Study material
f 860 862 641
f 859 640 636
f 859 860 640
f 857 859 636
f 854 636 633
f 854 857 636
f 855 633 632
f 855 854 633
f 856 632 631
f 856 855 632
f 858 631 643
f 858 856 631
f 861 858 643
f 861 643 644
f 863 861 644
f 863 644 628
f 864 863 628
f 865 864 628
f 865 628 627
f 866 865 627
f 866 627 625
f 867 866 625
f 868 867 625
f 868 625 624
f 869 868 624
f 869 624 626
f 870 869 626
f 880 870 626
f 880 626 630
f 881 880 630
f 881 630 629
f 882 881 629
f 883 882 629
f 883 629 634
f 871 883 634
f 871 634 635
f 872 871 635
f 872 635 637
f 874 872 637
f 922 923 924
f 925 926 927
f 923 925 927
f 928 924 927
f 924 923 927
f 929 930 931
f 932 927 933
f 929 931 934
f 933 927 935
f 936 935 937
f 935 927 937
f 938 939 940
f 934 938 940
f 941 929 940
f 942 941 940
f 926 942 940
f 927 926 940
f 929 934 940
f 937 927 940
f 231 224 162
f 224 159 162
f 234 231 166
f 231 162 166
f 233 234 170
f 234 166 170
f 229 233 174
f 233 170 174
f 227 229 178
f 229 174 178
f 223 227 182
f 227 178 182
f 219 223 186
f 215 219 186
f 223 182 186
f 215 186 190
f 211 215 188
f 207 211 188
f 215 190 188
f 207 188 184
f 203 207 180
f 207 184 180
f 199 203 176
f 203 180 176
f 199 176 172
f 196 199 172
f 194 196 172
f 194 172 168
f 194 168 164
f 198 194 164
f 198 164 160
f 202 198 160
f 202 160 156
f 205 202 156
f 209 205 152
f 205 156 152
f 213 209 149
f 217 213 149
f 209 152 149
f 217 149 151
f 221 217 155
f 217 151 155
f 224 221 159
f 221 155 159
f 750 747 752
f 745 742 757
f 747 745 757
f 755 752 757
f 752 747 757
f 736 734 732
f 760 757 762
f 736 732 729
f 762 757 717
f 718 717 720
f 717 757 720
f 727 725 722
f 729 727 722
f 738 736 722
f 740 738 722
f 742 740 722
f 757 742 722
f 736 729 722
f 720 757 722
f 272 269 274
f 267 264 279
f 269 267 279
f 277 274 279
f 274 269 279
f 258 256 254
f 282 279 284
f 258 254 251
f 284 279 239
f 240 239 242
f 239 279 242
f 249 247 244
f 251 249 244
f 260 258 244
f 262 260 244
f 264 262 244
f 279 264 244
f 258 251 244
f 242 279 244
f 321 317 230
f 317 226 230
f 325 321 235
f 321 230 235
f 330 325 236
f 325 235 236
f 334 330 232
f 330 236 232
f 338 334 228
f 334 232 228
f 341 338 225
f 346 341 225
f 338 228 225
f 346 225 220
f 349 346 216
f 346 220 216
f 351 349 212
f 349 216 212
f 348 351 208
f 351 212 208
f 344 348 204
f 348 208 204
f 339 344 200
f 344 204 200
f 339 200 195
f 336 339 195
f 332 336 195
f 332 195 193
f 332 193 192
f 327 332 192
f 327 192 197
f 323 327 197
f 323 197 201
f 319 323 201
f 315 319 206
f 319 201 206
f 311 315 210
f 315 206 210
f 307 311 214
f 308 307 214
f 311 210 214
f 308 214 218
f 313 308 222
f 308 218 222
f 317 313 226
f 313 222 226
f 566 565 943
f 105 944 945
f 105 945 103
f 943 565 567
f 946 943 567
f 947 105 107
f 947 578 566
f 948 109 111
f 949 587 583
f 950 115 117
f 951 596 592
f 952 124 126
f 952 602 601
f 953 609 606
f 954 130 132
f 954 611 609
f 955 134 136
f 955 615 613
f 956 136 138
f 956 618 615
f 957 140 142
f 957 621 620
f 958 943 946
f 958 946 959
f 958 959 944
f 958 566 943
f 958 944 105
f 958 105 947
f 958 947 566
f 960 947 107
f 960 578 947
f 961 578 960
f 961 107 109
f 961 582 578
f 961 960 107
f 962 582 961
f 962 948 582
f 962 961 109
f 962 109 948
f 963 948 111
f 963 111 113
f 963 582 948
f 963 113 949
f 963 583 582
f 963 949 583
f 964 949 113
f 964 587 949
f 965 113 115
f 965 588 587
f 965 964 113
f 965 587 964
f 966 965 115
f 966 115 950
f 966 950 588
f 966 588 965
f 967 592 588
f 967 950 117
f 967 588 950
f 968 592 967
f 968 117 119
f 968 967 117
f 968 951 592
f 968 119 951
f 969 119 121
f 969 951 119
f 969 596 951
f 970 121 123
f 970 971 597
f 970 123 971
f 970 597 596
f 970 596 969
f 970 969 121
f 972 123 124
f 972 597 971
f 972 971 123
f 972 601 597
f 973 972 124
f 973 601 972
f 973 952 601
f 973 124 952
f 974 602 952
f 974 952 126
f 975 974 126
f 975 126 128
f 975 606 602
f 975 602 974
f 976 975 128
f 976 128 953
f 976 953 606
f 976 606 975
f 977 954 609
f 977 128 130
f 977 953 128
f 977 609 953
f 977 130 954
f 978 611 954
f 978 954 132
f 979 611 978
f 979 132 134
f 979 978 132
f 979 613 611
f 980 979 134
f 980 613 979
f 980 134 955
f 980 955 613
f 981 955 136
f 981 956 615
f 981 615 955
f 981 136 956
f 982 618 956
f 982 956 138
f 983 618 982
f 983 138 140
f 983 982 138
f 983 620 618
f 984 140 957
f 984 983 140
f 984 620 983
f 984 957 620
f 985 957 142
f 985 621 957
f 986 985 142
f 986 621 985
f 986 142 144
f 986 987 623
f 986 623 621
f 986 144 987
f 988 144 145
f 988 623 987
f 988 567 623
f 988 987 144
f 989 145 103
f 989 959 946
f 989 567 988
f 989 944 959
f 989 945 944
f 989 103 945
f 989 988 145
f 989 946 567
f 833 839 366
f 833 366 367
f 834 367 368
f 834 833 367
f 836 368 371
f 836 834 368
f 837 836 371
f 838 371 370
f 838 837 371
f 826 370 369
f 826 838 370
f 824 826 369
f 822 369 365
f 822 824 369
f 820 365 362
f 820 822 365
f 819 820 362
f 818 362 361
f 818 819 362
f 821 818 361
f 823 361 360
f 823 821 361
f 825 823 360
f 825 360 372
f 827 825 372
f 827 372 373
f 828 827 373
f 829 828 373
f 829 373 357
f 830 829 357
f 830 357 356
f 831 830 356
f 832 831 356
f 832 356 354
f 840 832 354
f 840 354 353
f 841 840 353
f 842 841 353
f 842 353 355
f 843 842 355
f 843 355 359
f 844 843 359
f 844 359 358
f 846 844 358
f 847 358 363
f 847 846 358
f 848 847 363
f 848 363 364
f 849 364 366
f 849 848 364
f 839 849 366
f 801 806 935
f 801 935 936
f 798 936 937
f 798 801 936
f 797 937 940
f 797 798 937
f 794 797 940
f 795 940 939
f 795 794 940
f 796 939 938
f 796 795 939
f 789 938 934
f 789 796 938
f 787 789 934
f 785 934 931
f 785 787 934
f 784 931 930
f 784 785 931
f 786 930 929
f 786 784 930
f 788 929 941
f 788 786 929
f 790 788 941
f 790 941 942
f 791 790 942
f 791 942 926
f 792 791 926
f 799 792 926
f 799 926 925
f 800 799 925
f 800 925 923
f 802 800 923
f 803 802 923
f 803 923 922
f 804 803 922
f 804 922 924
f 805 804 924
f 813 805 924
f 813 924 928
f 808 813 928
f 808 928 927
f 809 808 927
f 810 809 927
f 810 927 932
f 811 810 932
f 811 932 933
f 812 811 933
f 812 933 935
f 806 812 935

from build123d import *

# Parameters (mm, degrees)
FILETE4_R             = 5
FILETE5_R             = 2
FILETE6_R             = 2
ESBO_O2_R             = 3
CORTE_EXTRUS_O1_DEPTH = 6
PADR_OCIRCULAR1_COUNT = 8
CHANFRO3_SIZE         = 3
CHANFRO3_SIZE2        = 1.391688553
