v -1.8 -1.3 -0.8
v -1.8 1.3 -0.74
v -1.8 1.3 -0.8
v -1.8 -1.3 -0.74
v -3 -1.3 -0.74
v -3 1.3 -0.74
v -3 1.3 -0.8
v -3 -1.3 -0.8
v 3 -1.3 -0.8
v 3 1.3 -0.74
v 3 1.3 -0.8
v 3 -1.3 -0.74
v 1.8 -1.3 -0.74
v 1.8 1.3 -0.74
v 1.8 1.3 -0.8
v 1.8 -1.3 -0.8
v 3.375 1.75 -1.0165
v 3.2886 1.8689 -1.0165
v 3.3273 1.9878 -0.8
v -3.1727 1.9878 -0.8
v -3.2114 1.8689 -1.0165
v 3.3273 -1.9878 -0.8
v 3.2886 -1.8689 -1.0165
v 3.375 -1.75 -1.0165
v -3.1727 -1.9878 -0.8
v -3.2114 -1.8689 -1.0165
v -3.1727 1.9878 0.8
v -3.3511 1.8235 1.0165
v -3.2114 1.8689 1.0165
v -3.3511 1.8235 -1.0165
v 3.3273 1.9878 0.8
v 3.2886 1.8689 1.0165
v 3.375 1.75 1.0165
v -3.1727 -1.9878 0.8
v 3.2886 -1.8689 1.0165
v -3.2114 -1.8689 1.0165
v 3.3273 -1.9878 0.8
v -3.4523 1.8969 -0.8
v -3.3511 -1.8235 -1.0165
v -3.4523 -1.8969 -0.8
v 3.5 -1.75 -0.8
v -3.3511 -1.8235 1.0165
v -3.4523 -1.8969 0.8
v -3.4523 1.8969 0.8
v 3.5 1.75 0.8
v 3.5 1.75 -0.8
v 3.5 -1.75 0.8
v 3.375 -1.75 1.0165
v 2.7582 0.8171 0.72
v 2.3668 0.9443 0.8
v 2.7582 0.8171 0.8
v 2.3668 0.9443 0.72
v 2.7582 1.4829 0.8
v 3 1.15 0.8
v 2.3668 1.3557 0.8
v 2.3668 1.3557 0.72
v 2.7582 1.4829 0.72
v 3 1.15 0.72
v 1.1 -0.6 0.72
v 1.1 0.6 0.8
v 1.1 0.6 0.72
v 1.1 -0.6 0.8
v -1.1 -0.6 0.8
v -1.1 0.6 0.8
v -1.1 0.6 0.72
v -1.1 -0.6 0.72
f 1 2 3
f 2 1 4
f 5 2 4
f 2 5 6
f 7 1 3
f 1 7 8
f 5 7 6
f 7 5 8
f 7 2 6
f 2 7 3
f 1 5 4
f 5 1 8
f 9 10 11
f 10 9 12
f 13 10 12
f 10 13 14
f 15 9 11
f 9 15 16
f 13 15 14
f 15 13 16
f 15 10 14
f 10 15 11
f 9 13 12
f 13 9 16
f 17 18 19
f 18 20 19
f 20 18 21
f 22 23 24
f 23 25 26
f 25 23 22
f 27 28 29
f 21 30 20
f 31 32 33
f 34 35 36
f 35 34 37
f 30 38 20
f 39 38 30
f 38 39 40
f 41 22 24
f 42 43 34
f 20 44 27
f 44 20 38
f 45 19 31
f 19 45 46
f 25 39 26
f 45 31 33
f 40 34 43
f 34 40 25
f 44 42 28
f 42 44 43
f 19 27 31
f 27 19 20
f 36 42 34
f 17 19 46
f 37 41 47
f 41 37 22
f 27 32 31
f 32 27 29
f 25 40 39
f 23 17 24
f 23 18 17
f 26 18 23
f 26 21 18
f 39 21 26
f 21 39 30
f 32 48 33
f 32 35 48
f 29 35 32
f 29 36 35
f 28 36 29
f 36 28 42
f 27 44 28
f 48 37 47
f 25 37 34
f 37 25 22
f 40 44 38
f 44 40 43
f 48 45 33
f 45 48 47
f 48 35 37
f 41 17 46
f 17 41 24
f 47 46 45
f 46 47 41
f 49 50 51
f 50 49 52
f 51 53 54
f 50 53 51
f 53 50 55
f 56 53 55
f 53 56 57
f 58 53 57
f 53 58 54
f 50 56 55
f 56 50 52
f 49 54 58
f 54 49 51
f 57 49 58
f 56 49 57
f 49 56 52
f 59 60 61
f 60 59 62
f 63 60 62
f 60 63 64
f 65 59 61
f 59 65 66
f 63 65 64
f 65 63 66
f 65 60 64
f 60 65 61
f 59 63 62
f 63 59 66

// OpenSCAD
// Parameters
body_L = 6.5; //[3.25:13:0.1]
body_W = 3.5; //[1.75:7:0.1]
body_H = 1.6; //[0.8:3.2:0.05]
chamfer = 0.25; //[0.1:0.6:0.05]
mark_depth = 0.08; //[0.03:0.2:0.01]
polarity_r = 0.35; //[0.15:0.8:0.05]
top_mark_L = 2.2; //[1:4.4:0.1]
top_mark_W = 1.2; //[0.6:2.4:0.1]
pad_recess_depth = 0.06; //[0.02:0.2:0.01]
pad_L = 1.2; //[0.6:2.4:0.1]
pad_W = 2.6; //[1.3:3.4:0.1]
pad_edge_margin = 0.25; //[0.1:0.8:0.05]

// Base shapes
module smd_body() {
  cube([body_L, body_W, body_H], center=true);
}

module edge_chamfer() {
  sphere(r=chamfer, center=true);
}

module polarity_mark() {
  translate([body_L/2 - polarity_r - chamfer, body_W/2 - polarity_r - chamfer, body_H/2 - mark_depth/2])
    cylinder(r=polarity_r, h=mark_depth, center=true);
}

module top_marking() {
  translate([0, 0, body_H/2 - mark_depth/2])
    cube([top_mark_L, top_mark_W, mark_depth], center=true);
}

module terminal_pad_left() {
  translate([-body_L/2 + pad_edge_margin + pad_L/2, 0, -body_H/2 + pad_recess_depth/2])
    cube([pad_L, pad_W, pad_recess_depth], center=true);
}

module terminal_pad_right() {
  translate([body_L/2 - pad_edge_margin - pad_L/2, 0, -body_H/2 + pad_recess_depth/2])
    cube([pad_L, pad_W, pad_recess_depth], center=true);
}

// Operations
module body_with_edge_chamfer() {
  minkowski() {
    smd_body();
    edge_chamfer();
  }
}

module terminal_pads() {
  union() {
    terminal_pad_left();
    terminal_pad_right();
  }
}

module body_minus_pads() {
  difference() {
    body_with_edge_chamfer();
    terminal_pads();
  }
}

module body_minus_pads_and_marks() {
  difference() {
    body_minus_pads();
    polarity_mark();
    top_marking();
  }
}

// Final output
body_minus_pads_and_marks();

About this task
In the listing above, find the line with "f 981 136 956" and the line with "f 797 798 937"; set down exactly those two lines and every line between them, nothing more.

Output
f 981 136 956
f 982 618 956
f 982 956 138
f 983 618 982
f 983 138 140
f 983 982 138
f 983 620 618
f 984 140 957
f 984 983 140
f 984 620 983
f 984 957 620
f 985 957 142
f 985 621 957
f 986 985 142
f 986 621 985
f 986 142 144
f 986 987 623
f 986 623 621
f 986 144 987
f 988 144 145
f 988 623 987
f 988 567 623
f 988 987 144
f 989 145 103
f 989 959 946
f 989 567 988
f 989 944 959
f 989 945 944
f 989 103 945
f 989 988 145
f 989 946 567
f 833 839 366
f 833 366 367
f 834 367 368
f 834 833 367
f 836 368 371
f 836 834 368
f 837 836 371
f 838 371 370
f 838 837 371
f 826 370 369
f 826 838 370
f 824 826 369
f 822 369 365
f 822 824 369
f 820 365 362
f 820 822 365
f 819 820 362
f 818 362 361
f 818 819 362
f 821 818 361
f 823 361 360
f 823 821 361
f 825 823 360
f 825 360 372
f 827 825 372
f 827 372 373
f 828 827 373
f 829 828 373
f 829 373 357
f 830 829 357
f 830 357 356
f 831 830 356
f 832 831 356
f 832 356 354
f 840 832 354
f 840 354 353
f 841 840 353
f 842 841 353
f 842 353 355
f 843 842 355
f 843 355 359
f 844 843 359
f 844 359 358
f 846 844 358
f 847 358 363
f 847 846 358
f 848 847 363
f 848 363 364
f 849 364 366
f 849 848 364
f 839 849 366
f 801 806 935
f 801 935 936
f 798 936 937
f 798 801 936
f 797 937 940
f 797 798 937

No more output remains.